Seen in relation to Polanski's previous work, Rosemary's Baby is distressing. Given that his films concern human isolation and the problems therein, Polanski stopped looking for solutions with Cul-de-sac which ends hopelessly with all relationships breaking down and everyone left in their own tortured hell. Not content to leave his films in limbo, Polanski seems to offer a solution to isolation by affirming the brotherhood of devil worship and the black forces, rather than warning us of their existence.

Seen in isolation, The Fearless Vampire Killers is just a bad joke: a little kid's desire to let the bad guys win for once as realized by a thirty-year-old adolescent mentality. But Rosemary's Baby is on their side too; the witches win, Rosemary accepts Satan's spawn as her son, and Polanski's careful dating of 1966 as the year One (the black calendar beginning with the birth of the son of Satan) suggests that 1968 is the year Three, that all things malevolent are heartily thriving.
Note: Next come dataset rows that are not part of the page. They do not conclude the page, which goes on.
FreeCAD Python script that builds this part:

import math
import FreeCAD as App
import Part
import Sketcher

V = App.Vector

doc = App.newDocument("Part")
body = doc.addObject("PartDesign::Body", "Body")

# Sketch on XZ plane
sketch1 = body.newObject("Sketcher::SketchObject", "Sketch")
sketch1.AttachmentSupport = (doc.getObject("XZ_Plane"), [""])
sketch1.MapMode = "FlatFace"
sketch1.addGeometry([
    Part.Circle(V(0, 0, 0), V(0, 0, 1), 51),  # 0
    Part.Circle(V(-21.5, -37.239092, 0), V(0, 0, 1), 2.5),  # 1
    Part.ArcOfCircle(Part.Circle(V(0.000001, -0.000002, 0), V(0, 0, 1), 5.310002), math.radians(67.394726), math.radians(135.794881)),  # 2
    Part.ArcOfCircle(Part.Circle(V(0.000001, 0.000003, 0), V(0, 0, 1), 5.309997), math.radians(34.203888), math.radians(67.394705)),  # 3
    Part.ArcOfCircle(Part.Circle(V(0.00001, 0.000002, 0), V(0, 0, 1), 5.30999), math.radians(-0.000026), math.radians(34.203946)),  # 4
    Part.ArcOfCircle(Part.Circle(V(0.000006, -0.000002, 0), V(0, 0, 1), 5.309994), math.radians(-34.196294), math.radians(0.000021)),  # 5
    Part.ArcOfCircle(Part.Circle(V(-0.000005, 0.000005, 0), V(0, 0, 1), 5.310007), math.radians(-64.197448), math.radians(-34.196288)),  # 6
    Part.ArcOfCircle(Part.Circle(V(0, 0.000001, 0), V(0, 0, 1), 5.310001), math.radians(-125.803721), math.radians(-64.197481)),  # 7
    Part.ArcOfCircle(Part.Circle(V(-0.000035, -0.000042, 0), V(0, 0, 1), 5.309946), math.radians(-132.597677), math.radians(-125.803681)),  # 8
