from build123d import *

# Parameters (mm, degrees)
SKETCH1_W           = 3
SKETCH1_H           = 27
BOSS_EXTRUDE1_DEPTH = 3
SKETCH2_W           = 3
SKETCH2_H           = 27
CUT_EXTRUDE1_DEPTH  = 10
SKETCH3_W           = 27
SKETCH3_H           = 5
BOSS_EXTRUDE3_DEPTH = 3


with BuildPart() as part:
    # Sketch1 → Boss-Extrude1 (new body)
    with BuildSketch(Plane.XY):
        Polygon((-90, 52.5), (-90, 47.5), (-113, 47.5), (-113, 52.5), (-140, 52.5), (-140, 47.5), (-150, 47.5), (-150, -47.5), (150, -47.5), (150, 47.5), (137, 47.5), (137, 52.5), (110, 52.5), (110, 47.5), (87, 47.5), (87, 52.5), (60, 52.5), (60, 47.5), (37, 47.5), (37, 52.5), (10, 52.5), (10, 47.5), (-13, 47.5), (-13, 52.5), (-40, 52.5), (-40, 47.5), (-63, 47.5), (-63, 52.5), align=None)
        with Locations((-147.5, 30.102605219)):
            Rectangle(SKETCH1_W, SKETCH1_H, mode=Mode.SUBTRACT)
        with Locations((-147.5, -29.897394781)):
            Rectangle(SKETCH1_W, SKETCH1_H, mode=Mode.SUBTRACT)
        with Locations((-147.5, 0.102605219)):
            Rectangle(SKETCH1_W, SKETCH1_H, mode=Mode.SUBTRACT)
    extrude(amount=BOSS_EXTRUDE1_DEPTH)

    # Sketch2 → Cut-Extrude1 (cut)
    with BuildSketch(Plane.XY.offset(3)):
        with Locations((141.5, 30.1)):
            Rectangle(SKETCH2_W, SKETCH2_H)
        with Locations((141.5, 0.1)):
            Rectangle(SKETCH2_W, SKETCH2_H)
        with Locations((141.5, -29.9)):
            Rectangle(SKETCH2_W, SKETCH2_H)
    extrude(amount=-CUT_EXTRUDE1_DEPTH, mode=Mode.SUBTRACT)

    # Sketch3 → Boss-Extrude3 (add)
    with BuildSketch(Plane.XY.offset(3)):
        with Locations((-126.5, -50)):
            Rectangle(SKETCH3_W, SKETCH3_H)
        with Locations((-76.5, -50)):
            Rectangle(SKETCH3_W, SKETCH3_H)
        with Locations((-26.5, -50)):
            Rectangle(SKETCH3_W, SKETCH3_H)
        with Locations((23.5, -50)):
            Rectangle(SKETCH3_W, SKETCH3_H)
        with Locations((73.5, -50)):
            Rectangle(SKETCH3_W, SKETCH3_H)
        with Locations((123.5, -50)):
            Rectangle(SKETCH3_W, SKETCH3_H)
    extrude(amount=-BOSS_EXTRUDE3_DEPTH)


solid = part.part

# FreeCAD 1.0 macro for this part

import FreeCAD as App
import Part
import Sketcher

V = App.Vector
Q = App.Units.Quantity

doc = App.newDocument("Part")
params = doc.addObject("Spreadsheet::Sheet", "Params")
for row, (alias, value) in enumerate([
    ("sketch1_width", "23 mm"),
    ("sketch1_width2", "27 mm"),
    ("sketch1_width3", "10 mm"),
    ("sketch1_width4", "300 mm"),
    ("sketch1_width5", "3 mm"),
    ("pad1_length", "3 mm"),
    ("sketch2_width", "3 mm"),
    ("sketch2_height", "27 mm"),
    ("pocket1_length", "10 mm"),
    ("sketch3_width", "27 mm"),
    ("sketch3_height", "5 mm"),
    ("pad2_length", "3 mm"),
], start=1):
    params.set(f"A{row}", alias)
    params.set(f"B{row}", "=" + value)
    params.setAlias(f"B{row}", alias)

body = doc.addObject("PartDesign::Body", "Body")

# Sketch on XY plane
sketch1 = body.newObject("Sketcher::SketchObject", "Sketch")
sketch1.AttachmentSupport = (doc.getObject("XY_Plane"), [""])
sketch1.MapMode = "FlatFace"
sketch1.addGeometry(Part.LineSegment(V(-90, 52.5, 0), V(-90, 47.5, 0)), False)
sketch1.addGeometry(Part.LineSegment(V(-90, 47.5, 0), V(-113, 47.5, 0)), False)
sketch1.addGeometry(Part.LineSegment(V(-113, 47.5, 0), V(-113, 52.5, 0)), False)
sketch1.addGeometry(Part.LineSegment(V(-113, 52.5, 0), V(-140, 52.5, 0)), False)
sketch1.addGeometry(Part.LineSegment(V(-140, 52.5, 0), V(-140, 47.5, 0)), False)
sketch1.addGeometry(Part.LineSegment(V(-140, 47.5, 0), V(-150, 47.5, 0)), False)
sketch1.addGeometry(Part.LineSegment(V(-150, 47.5, 0), V(-150, -47.5, 0)), False)
sketch1.addGeometry(Part.LineSegment(V(-150, -47.5, 0), V(150, -47.5, 0)), False)
sketch1.addGeometry(Part.LineSegment(V(150, -47.5, 0), V(150, 47.5, 0)), False)
sketch1.addGeometry(Part.LineSegment(V(150, 47.5, 0), V(137, 47.5, 0)), False)
sketch1.addGeometry(Part.LineSegment(V(137, 47.5, 0), V(137, 52.5, 0)), False)
sketch1.addGeometry(Part.LineSegment(V(137, 52.5, 0), V(110, 52.5, 0)), False)
sketch1.addGeometry(Part.LineSegment(V(110, 52.5, 0), V(110, 47.5, 0)), False)
sketch1.addGeometry(Part.LineSegment(V(110, 47.5, 0), V(87, 47.5, 0)), False)
sketch1.addGeometry(Part.LineSegment(V(87, 47.5, 0), V(87, 52.5, 0)), False)
sketch1.addGeometry(Part.LineSegment(V(87, 52.5, 0), V(60, 52.5, 0)), False)
sketch1.addGeometry(Part.LineSegment(V(60, 52.5, 0), V(60, 47.5, 0)), False)
sketch1.addGeometry(Part.LineSegment(V(60, 47.5, 0), V(37, 47.5, 0)), False)
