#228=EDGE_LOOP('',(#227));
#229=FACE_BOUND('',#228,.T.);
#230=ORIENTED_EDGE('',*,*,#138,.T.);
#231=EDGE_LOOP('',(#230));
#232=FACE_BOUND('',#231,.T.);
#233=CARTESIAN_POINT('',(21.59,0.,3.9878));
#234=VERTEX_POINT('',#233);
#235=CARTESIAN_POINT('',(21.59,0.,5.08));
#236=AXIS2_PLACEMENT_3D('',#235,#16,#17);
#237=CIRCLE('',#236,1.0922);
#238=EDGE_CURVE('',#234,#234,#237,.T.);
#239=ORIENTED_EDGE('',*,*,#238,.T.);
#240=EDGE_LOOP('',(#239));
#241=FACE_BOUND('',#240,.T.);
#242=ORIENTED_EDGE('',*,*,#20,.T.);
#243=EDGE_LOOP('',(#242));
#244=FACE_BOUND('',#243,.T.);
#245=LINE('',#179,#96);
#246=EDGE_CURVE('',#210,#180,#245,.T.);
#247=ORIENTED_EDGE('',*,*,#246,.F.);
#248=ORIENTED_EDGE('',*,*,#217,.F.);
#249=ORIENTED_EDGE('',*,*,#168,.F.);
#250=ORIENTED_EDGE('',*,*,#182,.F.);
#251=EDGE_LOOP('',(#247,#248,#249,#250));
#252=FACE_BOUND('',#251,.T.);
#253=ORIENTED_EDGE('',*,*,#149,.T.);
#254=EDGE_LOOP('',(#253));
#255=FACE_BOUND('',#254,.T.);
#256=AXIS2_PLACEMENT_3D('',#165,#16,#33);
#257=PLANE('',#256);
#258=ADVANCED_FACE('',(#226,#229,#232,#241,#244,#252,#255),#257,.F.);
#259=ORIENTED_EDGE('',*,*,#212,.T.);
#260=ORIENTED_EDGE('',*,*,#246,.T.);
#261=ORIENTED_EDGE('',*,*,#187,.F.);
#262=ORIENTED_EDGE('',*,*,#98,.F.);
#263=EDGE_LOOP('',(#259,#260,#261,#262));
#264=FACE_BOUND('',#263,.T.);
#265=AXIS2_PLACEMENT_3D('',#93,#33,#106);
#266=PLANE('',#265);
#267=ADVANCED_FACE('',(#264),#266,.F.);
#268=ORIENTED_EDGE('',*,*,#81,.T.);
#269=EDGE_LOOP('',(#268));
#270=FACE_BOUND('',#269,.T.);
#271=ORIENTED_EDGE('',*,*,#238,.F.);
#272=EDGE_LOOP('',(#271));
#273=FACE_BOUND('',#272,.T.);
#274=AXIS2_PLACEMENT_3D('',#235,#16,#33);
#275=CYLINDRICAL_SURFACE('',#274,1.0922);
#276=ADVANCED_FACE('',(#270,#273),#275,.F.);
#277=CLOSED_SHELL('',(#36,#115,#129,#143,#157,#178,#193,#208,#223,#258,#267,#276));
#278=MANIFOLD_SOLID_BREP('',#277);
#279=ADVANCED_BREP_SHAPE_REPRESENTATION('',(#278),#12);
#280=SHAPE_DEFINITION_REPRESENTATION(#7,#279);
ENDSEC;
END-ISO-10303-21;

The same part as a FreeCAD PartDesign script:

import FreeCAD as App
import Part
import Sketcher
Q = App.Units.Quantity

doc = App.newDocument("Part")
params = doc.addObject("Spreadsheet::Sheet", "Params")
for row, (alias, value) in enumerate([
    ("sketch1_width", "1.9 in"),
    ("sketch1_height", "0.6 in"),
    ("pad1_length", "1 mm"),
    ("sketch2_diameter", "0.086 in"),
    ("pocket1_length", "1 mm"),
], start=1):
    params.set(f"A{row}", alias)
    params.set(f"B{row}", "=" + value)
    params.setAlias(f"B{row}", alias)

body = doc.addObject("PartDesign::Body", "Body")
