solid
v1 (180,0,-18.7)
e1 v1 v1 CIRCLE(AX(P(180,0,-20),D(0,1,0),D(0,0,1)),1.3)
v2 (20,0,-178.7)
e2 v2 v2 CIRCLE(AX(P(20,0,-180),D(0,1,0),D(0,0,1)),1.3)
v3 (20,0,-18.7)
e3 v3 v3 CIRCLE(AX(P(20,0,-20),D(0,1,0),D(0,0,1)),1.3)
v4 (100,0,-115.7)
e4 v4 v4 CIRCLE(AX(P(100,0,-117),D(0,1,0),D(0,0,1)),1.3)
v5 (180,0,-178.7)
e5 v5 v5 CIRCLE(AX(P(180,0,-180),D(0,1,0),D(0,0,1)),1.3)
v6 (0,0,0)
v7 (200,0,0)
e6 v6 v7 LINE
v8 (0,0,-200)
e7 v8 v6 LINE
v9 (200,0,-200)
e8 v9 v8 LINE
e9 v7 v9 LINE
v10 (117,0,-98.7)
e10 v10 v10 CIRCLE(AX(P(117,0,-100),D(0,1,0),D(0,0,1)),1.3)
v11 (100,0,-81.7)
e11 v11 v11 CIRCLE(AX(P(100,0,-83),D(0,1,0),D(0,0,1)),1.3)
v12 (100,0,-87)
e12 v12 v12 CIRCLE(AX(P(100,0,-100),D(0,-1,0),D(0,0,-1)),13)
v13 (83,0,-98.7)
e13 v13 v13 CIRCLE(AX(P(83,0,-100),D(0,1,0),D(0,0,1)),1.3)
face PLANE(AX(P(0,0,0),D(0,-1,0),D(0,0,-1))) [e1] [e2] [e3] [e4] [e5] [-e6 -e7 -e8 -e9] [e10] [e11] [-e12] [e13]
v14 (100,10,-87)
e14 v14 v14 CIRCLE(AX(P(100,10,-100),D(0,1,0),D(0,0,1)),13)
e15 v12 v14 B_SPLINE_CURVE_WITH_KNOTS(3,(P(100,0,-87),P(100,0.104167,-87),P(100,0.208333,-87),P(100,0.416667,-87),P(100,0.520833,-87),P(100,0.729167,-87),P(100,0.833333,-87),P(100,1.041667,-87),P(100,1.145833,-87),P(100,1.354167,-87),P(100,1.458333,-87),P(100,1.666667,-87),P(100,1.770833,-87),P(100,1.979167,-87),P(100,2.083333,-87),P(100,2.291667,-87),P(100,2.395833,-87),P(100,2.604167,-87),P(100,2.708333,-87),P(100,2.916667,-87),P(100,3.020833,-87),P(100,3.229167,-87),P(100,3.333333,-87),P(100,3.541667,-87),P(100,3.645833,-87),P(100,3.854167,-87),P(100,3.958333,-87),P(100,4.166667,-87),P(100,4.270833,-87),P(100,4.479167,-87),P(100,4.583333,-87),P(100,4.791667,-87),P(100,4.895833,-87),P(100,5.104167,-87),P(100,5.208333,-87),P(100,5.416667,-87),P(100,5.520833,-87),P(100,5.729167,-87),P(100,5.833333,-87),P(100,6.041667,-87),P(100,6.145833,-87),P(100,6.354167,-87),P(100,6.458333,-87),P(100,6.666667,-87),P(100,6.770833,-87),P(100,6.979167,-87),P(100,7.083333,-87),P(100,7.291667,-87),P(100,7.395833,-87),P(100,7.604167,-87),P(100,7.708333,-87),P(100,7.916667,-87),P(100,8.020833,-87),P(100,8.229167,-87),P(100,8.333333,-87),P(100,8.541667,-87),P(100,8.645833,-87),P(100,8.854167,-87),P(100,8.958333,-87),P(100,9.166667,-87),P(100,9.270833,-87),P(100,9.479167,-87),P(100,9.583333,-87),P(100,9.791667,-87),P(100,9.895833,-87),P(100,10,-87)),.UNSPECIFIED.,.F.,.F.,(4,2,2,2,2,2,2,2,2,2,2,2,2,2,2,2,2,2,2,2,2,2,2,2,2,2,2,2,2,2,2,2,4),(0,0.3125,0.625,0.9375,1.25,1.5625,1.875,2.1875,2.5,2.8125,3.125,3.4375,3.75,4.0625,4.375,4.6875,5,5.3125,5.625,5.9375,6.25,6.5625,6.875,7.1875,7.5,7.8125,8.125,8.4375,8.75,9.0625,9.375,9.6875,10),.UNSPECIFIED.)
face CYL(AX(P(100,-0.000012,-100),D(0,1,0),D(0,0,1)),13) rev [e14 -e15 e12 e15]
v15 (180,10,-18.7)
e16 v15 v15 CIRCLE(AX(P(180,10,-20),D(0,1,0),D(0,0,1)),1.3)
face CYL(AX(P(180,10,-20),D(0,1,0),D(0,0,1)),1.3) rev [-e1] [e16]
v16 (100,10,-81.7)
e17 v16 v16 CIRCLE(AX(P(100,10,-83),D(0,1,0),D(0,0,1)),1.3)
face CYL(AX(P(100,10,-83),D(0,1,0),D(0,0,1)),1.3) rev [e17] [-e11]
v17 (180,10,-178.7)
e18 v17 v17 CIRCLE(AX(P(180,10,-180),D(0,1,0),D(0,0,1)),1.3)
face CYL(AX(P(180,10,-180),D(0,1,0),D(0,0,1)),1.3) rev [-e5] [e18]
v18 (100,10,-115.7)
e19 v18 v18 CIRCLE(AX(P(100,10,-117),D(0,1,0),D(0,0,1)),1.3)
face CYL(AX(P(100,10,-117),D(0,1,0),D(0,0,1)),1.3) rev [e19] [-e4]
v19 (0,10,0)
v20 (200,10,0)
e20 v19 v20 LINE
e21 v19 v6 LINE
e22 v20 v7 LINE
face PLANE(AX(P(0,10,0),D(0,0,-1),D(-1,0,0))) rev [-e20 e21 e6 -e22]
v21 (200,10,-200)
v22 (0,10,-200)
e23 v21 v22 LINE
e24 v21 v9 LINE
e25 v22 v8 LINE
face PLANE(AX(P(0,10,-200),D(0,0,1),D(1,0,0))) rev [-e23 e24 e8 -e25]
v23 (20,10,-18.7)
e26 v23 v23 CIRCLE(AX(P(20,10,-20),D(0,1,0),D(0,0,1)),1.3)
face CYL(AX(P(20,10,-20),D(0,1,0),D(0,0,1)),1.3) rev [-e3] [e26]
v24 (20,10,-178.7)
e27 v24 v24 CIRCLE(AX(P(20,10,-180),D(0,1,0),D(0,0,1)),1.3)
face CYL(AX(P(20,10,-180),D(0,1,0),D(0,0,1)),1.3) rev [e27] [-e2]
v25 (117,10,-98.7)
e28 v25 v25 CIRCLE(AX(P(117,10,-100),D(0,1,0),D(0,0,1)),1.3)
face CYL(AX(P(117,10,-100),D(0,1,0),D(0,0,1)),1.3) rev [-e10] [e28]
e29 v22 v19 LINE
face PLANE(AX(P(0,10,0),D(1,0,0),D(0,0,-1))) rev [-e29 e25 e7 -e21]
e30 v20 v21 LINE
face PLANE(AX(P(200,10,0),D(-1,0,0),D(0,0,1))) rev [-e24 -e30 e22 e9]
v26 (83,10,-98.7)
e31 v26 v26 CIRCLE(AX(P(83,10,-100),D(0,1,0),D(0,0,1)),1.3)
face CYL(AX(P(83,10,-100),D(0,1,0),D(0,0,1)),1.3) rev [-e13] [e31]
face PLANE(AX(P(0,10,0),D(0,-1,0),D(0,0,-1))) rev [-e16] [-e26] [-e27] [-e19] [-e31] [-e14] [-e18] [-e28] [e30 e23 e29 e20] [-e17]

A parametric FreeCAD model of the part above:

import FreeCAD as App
import Part
import Sketcher

V = App.Vector

doc = App.newDocument("Part")
body = doc.addObject("PartDesign::Body", "Body")

# Sketch on XZ plane
sketch1 = doc.addObject("Sketcher::SketchObject", "Sketch")
body.addObject(sketch1)
sketch1.AttachmentSupport = (doc.XZ_Plane, [""])
sketch1.MapMode = "FlatFace"
sketch1.addGeometry(Part.LineSegment(V(0, -200, 0), V(0, 0, 0)), False)
sketch1.addGeometry(Part.LineSegment(V(0, 0, 0), V(200, 0, 0)), False)
sketch1.addGeometry(Part.LineSegment(V(200, 0, 0), V(200, -200, 0)), False)
sketch1.addGeometry(Part.LineSegment(V(200, -200, 0), V(0, -200, 0)), False)
sketch1.addConstraint(Sketcher.Constraint("Coincident", 0, 2, 1, 1))
sketch1.addConstraint(Sketcher.Constraint("Coincident", 1, 2, 2, 1))
sketch1.addConstraint(Sketcher.Constraint("Coincident", 2, 2, 3, 1))
sketch1.addConstraint(Sketcher.Constraint("Coincident", 3, 2, 0, 1))
sketch1.addConstraint(Sketcher.Constraint("Vertical", 0))
sketch1.addConstraint(Sketcher.Constraint("Horizontal", 1))
sketch1.addConstraint(Sketcher.Constraint("Vertical", 2))
sketch1.addConstraint(Sketcher.Constraint("Horizontal", 3))
sketch1.addConstraint(Sketcher.Constraint("Coincident", 0, 2, -1, 1))
sketch1.addConstraint(Sketcher.Constraint("Equal", 3, 0))
sketch1.addConstraint(Sketcher.Constraint("DistanceX", 1, 1, 1, 2, 200.0))
pad1 = doc.addObject("PartDesign::Pad", "Pad")
body.addObject(pad1)
pad1.Profile = sketch1
pad1.Length = 10
pad1.Reversed = True

# Sketch on XZ plane
sketch2 = doc.addObject("Sketcher::SketchObject", "Sketch001")
body.addObject(sketch2)
sketch2.AttachmentSupport = (doc.XZ_Plane, [""])
sketch2.MapMode = "FlatFace"
sketch2.addGeometry(Part.Circle(V(100, -100, 0), V(0, 0, 1), 13), False)
sketch2.addConstraint(Sketcher.Constraint("Diameter", 0, 26.0))
sketch2.addConstraint(Sketcher.Constraint("DistanceX", -1, 1, 0, 3, 100.0))
sketch2.addConstraint(Sketcher.Constraint("DistanceY", 0, 3, -1, 1, 100.0))
pocket1 = doc.addObject("PartDesign::Pocket", "Pocket")
body.addObject(pocket1)
pocket1.Profile = sketch2
pocket1.Type = "ThroughAll"
pocket1.Midplane = True

# Sketch on XZ plane
sketch3 = doc.addObject("Sketcher::SketchObject", "Sketch002")
body.addObject(sketch3)
sketch3.AttachmentSupport = (doc.XZ_Plane, [""])
sketch3.MapMode = "FlatFace"
sketch3.AttachmentOffset = App.Placement(V(0, 0, -10), App.Rotation())
sketch3.addGeometry(Part.Circle(V(20, -180, 0), V(0, 0, 1), 1.3), False)
sketch3.addGeometry(Part.Circle(V(180, -180, 0), V(0, 0, 1), 1.3), False)
sketch3.addGeometry(Part.Circle(V(180, -20, 0), V(0, 0, 1), 1.3), False)
sketch3.addGeometry(Part.Circle(V(20, -20, 0), V(0, 0, 1), 1.3), False)
sketch3.addGeometry(Part.Circle(V(100, -117, 0), V(0, 0, 1), 1.3), False)
sketch3.addGeometry(Part.Circle(V(117, -100, 0), V(0, 0, 1), 1.3), False)
sketch3.addGeometry(Part.Circle(V(100, -83, 0), V(0, 0, 1), 1.3), False)
sketch3.addGeometry(Part.Circle(V(83, -100, 0), V(0, 0, 1), 1.3), False)
sketch3.addConstraint(Sketcher.Constraint("Equal", 0, 1))
sketch3.addConstraint(Sketcher.Constraint("Equal", 1, 2))
sketch3.addConstraint(Sketcher.Constraint("Equal", 2, 3))
sketch3.addConstraint(Sketcher.Constraint("Equal", 3, 4))
sketch3.addConstraint(Sketcher.Constraint("Equal", 4, 5))
sketch3.addConstraint(Sketcher.Constraint("Equal", 5, 6))
sketch3.addConstraint(Sketcher.Constraint("Equal", 6, 7))
sketch3.addConstraint(Sketcher.Constraint("Horizontal", 0, 3, 1, 3))
sketch3.addConstraint(Sketcher.Constraint("Horizontal", 2, 3, 3, 3))
sketch3.addConstraint(Sketcher.Constraint("Horizontal", 5, 3, 7, 3))
sketch3.addConstraint(Sketcher.Constraint("Vertical", 1, 3, 2, 3))
sketch3.addConstraint(Sketcher.Constraint("Vertical", 0, 3, 3, 3))
sketch3.addConstraint(Sketcher.Constraint("Vertical", 4, 3, 6, 3))
sketch3.addConstraint(Sketcher.Constraint("Diameter", 0, 2.6))
sketch3.addConstraint(Sketcher.Constraint("DistanceX", -1, 1, 0, 3, 20.0))
sketch3.addConstraint(Sketcher.Constraint("DistanceY", 0, 3, -1, 1, 180.0))
sketch3.addConstraint(Sketcher.Constraint("DistanceX", -1, 1, 1, 3, 180.0))
sketch3.addConstraint(Sketcher.Constraint("DistanceY", 2, 3, -1, 1, 20.0))
sketch3.addConstraint(Sketcher.Constraint("DistanceX", -1, 1, 4, 3, 100.0))
sketch3.addConstraint(Sketcher.Constraint("DistanceY", 4, 3, -1, 1, 117.0))
sketch3.addConstraint(Sketcher.Constraint("DistanceX", -1, 1, 5, 3, 117.0))
sketch3.addConstraint(Sketcher.Constraint("DistanceY", 5, 3, -1, 1, 100.0))
sketch3.addConstraint(Sketcher.Constraint("DistanceY", 6, 3, -1, 1, 83.0))
sketch3.addConstraint(Sketcher.Constraint("DistanceX", -1, 1, 7, 3, 83.0))
doc.recompute()
hole = doc.addObject("PartDesign::Hole", "Hole")
body.addObject(hole)
hole.Profile = sketch3
hole.ThreadType = "None"
hole.Diameter = 2.6
hole.DepthType = "ThroughAll"
hole.Reversed = True

doc.recompute()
Not that I want to be stuffy or anything, but all this just isn't good. Grown-ups shouldn't want the bad guys to win. They can erase the black-and-white division between good and evil, or make it tougher for the good guys, or even cloud everything in ambiguity. But there are too many reasons around for not affirming devil worship to allow us to accept Polanski's recent films without pausing for thought.

Were he a better film-maker, someone with a decent sense of camera and editing, we could call him an auteur and grant him his own strange bag, but as it stands now, all we can do is wonder where on earth the man's mind is at.